Falta-lhe é um link para o ReefForum na página Naturline - Hiperligações  :Whistle:  .

----------


## NATURLINE

> Falta-lhe é um link para o ReefForum na página Naturline - Hiperligações  .


Só agora reparei nesta falha... claro está que já está corrigida  :Wink: 

Abraços a todos,

----------


## João Castelo

*Loja fisica*

Sem dúvida - NATURLINE .Embora não seja muito perto da minha casa sujeito-me a lá ir pois confio totalmente na equipa.

*Loja On Line*

UNDERWATER . Tenho comprado várias coisas e correu sempre tudo muito bem.

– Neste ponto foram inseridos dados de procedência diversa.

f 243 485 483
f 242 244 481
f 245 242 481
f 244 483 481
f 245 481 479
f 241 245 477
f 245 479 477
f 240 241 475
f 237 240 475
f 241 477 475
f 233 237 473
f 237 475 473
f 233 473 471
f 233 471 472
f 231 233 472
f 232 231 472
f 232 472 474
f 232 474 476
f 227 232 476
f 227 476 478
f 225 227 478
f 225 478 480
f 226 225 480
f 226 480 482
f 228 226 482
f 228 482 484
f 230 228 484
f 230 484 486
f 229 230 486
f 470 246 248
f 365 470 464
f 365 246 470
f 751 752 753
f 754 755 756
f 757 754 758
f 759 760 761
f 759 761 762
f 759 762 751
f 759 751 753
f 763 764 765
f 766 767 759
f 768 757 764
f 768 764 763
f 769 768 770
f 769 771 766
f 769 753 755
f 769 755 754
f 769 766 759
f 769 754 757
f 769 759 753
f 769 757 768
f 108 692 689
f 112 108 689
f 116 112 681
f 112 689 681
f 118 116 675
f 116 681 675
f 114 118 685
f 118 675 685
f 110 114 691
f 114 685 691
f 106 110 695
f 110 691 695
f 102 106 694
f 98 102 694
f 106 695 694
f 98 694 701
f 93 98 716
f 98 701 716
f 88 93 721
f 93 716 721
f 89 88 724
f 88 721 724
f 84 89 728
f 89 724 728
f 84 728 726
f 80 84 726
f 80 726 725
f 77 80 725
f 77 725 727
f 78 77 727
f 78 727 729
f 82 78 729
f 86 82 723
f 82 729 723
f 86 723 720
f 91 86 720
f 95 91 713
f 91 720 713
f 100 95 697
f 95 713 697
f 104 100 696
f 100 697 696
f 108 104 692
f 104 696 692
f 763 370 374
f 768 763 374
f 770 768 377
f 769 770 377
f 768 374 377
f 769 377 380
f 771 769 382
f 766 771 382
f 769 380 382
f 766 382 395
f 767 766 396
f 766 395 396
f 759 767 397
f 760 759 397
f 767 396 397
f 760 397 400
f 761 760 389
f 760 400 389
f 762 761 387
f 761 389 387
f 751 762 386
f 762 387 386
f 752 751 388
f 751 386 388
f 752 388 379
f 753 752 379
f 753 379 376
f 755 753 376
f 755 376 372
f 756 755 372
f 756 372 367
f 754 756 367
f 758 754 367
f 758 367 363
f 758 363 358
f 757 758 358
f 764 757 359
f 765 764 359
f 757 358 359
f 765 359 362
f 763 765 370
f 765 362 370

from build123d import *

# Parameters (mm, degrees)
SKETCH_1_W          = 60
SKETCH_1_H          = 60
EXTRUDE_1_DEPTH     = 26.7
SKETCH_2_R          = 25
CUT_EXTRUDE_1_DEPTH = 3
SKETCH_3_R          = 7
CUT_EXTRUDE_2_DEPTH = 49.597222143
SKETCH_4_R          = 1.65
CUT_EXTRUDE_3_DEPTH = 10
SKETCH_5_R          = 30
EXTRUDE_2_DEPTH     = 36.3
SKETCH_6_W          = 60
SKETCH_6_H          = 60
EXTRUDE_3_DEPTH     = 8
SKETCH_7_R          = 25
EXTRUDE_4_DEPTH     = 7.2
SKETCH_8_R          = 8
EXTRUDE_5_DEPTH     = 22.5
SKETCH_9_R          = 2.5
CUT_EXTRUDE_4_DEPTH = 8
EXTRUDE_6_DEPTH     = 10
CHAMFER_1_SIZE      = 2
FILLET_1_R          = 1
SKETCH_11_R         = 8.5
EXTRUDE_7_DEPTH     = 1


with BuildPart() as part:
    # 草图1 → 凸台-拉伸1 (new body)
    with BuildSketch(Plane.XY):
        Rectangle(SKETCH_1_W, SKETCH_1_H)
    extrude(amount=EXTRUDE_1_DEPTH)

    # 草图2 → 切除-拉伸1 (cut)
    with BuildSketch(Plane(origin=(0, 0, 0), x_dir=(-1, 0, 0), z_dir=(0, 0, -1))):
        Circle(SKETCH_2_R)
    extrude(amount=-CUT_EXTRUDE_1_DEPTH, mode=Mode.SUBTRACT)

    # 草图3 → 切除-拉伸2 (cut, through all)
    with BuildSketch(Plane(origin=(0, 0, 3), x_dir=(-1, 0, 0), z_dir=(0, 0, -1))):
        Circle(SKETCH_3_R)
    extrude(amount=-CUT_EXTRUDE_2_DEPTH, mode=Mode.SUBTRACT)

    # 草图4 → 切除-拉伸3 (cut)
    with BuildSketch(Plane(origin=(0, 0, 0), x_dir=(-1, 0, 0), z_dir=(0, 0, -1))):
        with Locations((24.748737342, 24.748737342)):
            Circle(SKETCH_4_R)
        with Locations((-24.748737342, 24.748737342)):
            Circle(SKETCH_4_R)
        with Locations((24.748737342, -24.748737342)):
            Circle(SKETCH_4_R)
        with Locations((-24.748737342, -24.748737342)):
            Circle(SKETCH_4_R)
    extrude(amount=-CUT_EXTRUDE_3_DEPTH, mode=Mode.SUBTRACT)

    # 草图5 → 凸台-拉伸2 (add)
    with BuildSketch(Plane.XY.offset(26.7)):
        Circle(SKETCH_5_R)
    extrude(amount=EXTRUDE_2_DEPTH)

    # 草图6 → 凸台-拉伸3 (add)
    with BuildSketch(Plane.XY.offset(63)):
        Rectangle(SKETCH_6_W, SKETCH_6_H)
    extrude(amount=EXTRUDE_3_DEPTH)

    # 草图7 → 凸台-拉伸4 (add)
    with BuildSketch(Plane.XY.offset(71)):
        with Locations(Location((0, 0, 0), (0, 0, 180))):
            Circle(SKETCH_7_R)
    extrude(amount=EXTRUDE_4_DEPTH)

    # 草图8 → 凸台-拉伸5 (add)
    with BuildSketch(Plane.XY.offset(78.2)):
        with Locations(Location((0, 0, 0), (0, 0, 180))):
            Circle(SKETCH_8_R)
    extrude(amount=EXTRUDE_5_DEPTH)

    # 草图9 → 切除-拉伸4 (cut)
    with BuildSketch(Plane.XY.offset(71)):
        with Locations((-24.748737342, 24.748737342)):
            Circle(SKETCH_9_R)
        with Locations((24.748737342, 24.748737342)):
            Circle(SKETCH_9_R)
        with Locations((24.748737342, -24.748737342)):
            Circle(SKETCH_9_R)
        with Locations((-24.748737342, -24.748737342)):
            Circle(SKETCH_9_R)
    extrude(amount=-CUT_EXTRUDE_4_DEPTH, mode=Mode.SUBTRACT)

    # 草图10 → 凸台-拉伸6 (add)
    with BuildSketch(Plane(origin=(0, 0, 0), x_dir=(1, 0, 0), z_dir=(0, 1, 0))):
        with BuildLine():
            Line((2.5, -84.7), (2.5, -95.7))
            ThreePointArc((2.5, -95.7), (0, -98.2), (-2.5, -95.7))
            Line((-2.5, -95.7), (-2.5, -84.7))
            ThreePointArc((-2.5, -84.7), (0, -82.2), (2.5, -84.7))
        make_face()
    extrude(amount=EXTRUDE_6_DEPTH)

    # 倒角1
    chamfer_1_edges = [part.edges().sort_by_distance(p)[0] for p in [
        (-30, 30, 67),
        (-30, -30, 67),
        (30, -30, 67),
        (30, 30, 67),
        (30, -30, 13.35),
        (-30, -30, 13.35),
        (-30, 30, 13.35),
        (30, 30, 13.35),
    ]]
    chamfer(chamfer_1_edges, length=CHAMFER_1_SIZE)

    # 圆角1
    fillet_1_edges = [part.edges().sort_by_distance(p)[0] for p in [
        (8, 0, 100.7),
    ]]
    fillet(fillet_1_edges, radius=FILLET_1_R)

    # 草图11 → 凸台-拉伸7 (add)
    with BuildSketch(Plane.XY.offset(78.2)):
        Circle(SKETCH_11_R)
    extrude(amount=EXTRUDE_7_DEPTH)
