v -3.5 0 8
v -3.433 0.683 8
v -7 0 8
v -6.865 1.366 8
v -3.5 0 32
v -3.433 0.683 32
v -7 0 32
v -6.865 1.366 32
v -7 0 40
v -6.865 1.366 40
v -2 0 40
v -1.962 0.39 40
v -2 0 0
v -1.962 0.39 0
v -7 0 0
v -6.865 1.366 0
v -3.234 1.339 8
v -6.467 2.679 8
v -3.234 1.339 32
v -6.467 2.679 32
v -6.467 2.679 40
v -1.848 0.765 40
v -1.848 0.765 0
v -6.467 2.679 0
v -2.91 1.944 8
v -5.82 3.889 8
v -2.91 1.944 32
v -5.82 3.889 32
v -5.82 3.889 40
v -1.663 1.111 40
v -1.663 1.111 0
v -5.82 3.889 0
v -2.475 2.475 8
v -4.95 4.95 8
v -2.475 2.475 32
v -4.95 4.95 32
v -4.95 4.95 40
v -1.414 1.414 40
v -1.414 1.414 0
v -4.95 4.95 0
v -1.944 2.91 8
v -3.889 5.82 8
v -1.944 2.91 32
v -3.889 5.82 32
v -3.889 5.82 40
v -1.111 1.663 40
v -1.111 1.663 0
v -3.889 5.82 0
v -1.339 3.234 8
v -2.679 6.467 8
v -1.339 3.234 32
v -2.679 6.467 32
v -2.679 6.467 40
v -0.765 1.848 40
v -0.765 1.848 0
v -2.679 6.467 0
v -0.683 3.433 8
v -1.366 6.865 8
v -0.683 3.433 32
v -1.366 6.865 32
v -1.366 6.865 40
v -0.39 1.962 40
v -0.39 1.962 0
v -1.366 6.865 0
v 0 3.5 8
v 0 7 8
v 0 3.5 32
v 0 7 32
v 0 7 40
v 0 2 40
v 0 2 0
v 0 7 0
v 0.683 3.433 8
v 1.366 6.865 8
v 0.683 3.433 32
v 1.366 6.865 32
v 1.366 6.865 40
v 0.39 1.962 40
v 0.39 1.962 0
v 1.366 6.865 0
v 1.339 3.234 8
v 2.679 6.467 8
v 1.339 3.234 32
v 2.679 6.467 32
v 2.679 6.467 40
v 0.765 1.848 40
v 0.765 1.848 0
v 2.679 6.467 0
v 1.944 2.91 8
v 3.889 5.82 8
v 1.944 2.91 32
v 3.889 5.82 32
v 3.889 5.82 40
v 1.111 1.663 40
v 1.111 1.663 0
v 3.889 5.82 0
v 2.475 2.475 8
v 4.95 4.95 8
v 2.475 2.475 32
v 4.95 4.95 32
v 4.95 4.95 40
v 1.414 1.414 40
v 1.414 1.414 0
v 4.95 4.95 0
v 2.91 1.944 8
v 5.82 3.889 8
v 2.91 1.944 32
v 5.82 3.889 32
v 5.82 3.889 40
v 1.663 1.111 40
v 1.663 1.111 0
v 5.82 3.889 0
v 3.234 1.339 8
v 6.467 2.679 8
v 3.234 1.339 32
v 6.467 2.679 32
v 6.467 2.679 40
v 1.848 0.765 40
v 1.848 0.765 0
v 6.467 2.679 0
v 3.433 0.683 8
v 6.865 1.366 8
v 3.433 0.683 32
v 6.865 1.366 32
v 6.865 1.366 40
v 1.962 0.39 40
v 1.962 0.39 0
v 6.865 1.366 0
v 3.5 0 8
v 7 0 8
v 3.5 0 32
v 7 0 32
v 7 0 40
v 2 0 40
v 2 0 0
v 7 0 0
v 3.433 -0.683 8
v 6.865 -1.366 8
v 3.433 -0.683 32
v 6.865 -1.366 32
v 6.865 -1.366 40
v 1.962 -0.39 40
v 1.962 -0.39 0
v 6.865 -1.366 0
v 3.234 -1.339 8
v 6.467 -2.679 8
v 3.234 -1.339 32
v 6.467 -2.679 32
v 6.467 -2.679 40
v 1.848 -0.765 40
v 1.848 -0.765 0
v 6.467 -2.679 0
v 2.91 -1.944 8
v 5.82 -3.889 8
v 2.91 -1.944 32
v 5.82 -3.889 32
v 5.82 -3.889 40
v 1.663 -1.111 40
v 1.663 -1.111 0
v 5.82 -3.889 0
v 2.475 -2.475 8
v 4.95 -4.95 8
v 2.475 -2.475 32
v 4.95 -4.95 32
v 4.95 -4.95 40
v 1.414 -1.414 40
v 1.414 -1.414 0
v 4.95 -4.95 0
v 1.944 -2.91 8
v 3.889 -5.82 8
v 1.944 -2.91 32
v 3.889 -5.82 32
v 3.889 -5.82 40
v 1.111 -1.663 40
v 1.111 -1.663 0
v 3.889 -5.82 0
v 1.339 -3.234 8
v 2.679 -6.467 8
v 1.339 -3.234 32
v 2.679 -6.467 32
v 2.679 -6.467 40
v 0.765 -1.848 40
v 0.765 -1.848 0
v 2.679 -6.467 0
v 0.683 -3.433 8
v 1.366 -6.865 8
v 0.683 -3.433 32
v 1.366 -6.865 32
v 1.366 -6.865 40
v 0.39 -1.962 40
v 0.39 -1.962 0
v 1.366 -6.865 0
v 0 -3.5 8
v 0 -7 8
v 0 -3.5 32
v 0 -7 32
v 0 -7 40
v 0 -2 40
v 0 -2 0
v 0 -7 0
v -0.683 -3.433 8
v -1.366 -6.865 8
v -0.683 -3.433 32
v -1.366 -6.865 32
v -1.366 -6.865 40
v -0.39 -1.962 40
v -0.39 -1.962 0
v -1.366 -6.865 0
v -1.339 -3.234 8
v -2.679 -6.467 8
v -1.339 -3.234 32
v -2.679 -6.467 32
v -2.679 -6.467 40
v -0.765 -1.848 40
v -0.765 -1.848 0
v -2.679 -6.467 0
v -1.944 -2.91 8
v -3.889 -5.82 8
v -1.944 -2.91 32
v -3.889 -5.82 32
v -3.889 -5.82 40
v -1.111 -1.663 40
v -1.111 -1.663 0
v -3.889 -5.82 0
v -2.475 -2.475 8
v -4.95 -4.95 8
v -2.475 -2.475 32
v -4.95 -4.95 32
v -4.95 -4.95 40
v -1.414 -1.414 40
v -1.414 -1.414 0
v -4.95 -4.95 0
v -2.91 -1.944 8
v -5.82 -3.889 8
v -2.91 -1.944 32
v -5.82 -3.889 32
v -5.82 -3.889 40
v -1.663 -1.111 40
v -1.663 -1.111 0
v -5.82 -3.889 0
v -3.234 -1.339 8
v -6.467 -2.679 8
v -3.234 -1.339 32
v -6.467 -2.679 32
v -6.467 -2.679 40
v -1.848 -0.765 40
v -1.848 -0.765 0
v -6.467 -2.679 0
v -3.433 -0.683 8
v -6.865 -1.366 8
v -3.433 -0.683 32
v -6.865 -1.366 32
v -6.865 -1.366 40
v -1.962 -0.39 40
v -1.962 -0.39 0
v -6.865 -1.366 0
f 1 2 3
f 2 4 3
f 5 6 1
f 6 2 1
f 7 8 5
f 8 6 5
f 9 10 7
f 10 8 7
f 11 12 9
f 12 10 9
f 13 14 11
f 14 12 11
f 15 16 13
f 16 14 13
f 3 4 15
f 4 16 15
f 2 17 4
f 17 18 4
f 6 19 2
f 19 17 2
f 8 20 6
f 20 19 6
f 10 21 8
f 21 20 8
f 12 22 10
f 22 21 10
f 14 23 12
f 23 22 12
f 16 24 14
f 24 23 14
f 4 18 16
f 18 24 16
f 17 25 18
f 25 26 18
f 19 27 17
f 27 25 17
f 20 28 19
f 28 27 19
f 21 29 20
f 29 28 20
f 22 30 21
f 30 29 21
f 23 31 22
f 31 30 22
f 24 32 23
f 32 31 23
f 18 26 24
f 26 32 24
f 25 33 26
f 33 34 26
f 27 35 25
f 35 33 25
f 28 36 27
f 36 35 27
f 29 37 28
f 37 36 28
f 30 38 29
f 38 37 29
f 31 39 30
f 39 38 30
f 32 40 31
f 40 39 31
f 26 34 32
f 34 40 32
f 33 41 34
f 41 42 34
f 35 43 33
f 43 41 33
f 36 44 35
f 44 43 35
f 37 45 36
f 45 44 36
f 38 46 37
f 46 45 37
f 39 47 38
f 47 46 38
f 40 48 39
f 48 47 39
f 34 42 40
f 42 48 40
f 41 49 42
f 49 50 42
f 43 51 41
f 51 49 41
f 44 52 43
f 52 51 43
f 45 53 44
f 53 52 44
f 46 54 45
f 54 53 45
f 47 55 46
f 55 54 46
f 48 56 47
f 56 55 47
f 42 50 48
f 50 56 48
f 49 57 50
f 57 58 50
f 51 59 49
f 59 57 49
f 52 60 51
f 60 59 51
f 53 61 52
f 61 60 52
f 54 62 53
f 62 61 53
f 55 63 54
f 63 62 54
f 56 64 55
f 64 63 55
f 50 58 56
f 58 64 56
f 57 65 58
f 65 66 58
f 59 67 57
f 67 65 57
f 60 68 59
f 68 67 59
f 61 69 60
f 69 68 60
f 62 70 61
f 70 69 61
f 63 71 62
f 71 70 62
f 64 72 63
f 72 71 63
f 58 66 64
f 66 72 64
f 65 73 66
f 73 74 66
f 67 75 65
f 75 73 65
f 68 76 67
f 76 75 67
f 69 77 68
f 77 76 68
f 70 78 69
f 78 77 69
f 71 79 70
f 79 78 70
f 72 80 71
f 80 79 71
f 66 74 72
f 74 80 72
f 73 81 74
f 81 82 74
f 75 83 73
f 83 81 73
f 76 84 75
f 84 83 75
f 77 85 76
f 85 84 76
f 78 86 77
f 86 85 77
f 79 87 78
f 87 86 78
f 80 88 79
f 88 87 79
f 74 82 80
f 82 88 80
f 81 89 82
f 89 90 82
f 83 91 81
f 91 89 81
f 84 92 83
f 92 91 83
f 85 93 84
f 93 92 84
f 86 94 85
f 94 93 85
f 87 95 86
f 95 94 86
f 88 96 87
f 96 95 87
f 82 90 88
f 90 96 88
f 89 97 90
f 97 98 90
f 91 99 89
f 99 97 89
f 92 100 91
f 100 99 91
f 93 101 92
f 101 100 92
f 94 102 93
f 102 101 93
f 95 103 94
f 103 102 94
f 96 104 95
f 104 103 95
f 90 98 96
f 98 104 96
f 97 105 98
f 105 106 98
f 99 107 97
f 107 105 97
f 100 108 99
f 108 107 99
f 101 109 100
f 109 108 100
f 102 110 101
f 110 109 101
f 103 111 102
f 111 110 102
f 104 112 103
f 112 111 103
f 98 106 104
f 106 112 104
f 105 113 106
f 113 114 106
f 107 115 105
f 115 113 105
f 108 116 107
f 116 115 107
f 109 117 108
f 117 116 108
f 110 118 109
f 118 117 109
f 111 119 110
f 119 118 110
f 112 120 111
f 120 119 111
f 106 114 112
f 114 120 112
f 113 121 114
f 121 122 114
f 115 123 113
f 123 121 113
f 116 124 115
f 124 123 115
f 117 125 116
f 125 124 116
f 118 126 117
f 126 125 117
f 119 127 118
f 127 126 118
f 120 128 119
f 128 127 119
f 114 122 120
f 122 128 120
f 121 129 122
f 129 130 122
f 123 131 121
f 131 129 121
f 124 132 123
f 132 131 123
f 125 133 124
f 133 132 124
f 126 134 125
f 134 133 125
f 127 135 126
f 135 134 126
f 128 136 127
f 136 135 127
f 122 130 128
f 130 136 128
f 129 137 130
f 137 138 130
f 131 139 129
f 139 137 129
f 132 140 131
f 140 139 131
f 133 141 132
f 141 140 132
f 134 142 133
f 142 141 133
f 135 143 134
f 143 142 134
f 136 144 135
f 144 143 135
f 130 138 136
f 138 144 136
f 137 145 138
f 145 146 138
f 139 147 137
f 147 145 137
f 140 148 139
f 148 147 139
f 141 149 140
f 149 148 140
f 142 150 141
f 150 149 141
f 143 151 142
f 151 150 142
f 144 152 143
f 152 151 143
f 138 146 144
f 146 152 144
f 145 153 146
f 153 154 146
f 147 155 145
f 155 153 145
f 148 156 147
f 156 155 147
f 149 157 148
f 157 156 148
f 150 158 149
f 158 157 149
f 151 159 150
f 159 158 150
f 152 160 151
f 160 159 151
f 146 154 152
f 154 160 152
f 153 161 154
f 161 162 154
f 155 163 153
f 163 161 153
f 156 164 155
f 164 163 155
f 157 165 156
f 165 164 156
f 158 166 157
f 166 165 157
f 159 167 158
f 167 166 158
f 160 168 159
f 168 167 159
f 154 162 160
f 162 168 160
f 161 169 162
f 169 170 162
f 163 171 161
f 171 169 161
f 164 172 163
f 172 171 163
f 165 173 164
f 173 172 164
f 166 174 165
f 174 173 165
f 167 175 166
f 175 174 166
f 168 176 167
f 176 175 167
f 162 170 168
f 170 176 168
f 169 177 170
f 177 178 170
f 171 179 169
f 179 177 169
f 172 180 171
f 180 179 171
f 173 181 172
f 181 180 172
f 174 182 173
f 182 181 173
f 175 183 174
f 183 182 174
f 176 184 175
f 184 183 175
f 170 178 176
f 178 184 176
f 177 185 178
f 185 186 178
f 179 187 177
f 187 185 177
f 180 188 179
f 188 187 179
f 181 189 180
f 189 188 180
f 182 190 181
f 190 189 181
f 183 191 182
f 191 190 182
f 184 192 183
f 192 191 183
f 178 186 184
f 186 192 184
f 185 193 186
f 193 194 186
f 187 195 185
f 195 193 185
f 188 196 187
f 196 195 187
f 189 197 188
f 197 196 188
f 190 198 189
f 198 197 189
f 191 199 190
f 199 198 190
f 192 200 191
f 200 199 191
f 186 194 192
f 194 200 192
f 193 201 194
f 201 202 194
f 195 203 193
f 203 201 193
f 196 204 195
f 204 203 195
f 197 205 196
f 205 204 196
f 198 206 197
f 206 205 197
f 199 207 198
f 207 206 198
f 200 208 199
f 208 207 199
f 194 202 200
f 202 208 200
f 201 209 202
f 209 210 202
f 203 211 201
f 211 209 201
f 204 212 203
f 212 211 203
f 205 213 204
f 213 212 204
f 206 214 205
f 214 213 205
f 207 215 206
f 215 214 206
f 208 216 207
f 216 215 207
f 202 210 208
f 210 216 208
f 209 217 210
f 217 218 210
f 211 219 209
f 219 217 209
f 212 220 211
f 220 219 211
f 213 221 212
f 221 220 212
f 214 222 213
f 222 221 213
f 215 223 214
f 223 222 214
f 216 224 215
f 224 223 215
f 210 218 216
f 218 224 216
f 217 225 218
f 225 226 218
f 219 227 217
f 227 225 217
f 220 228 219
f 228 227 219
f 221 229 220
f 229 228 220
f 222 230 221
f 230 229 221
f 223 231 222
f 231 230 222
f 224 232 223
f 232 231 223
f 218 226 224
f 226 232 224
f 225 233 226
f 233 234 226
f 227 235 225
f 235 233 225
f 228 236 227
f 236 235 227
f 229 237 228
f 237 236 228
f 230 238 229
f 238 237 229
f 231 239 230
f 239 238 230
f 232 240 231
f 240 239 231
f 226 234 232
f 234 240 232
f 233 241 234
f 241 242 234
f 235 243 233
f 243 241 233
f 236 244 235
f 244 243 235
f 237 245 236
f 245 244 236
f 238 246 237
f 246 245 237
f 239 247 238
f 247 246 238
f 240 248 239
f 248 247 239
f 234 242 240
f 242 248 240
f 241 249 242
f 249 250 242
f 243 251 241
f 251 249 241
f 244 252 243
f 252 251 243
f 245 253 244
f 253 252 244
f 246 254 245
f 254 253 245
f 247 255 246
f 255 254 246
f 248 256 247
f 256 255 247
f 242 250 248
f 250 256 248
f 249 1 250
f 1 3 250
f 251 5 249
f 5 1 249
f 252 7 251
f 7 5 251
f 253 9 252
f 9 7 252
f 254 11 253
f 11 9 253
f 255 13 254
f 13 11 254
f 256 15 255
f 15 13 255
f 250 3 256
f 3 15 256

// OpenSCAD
$fn = 32;

// ----------------------------------------------------------------------
// Profiled standoff: spool spacer, 40 mm long, bore 4 mm
// ----------------------------------------------------------------------

// --- parameters (mm) ---
revolve_angle = 360;      // full turn around the Z axis
profile_points = 8;       // points of the closed outline

profile = [[2, 0], [7, 0], [7, 8], [3.5, 8], [3.5, 32], [7, 32], [7, 40], [2, 40]];  // single closed polygon, 8 points, counter clockwise

// --- the one profile operation ---
rotate_extrude(angle = revolve_angle) polygon(points = profile);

Recomendo estas duas lojas.

JC

----------


## Manuel canhoto

boas , sou novo nestas andanças mas gostaria de salientar que tenho ido á loja de benfica ( Aquaplante ) aonde comecei a comprar os peixes, e é assim não vejo o vendedor a vender mas sim a aconselhar-me por onde começar a comprar, já lá comprei alguns peixes e tem sido impecaveis, tanto no atendimento como no acompanhamento do aquário, e simpatia, 5 estrelas.

----------


## José Passos Campainha

Boas.

Arca de Noé, sem dúvida... É das duas de Viana do Castelo a com quem eu mais trabalho e estou bastante satisfeito!

----------


## Paulo J. Oliveira

Boas 
Pela simpatia e honestidade do Rui, apesar de as outras lojas merecerem o meu total respeito, meu voto vai para a Biotopo Azul, em Santa Marta Pinhal, Corroios

----------


## Ricardo Oliveira

Boas
eu voto na Aquaplante

----------


## LuisAGUIAR

AQUAPLANTE, sem duvida

----------


## Eduardo Ferreira

gosto do templo mas a melhor e aquaplante

----------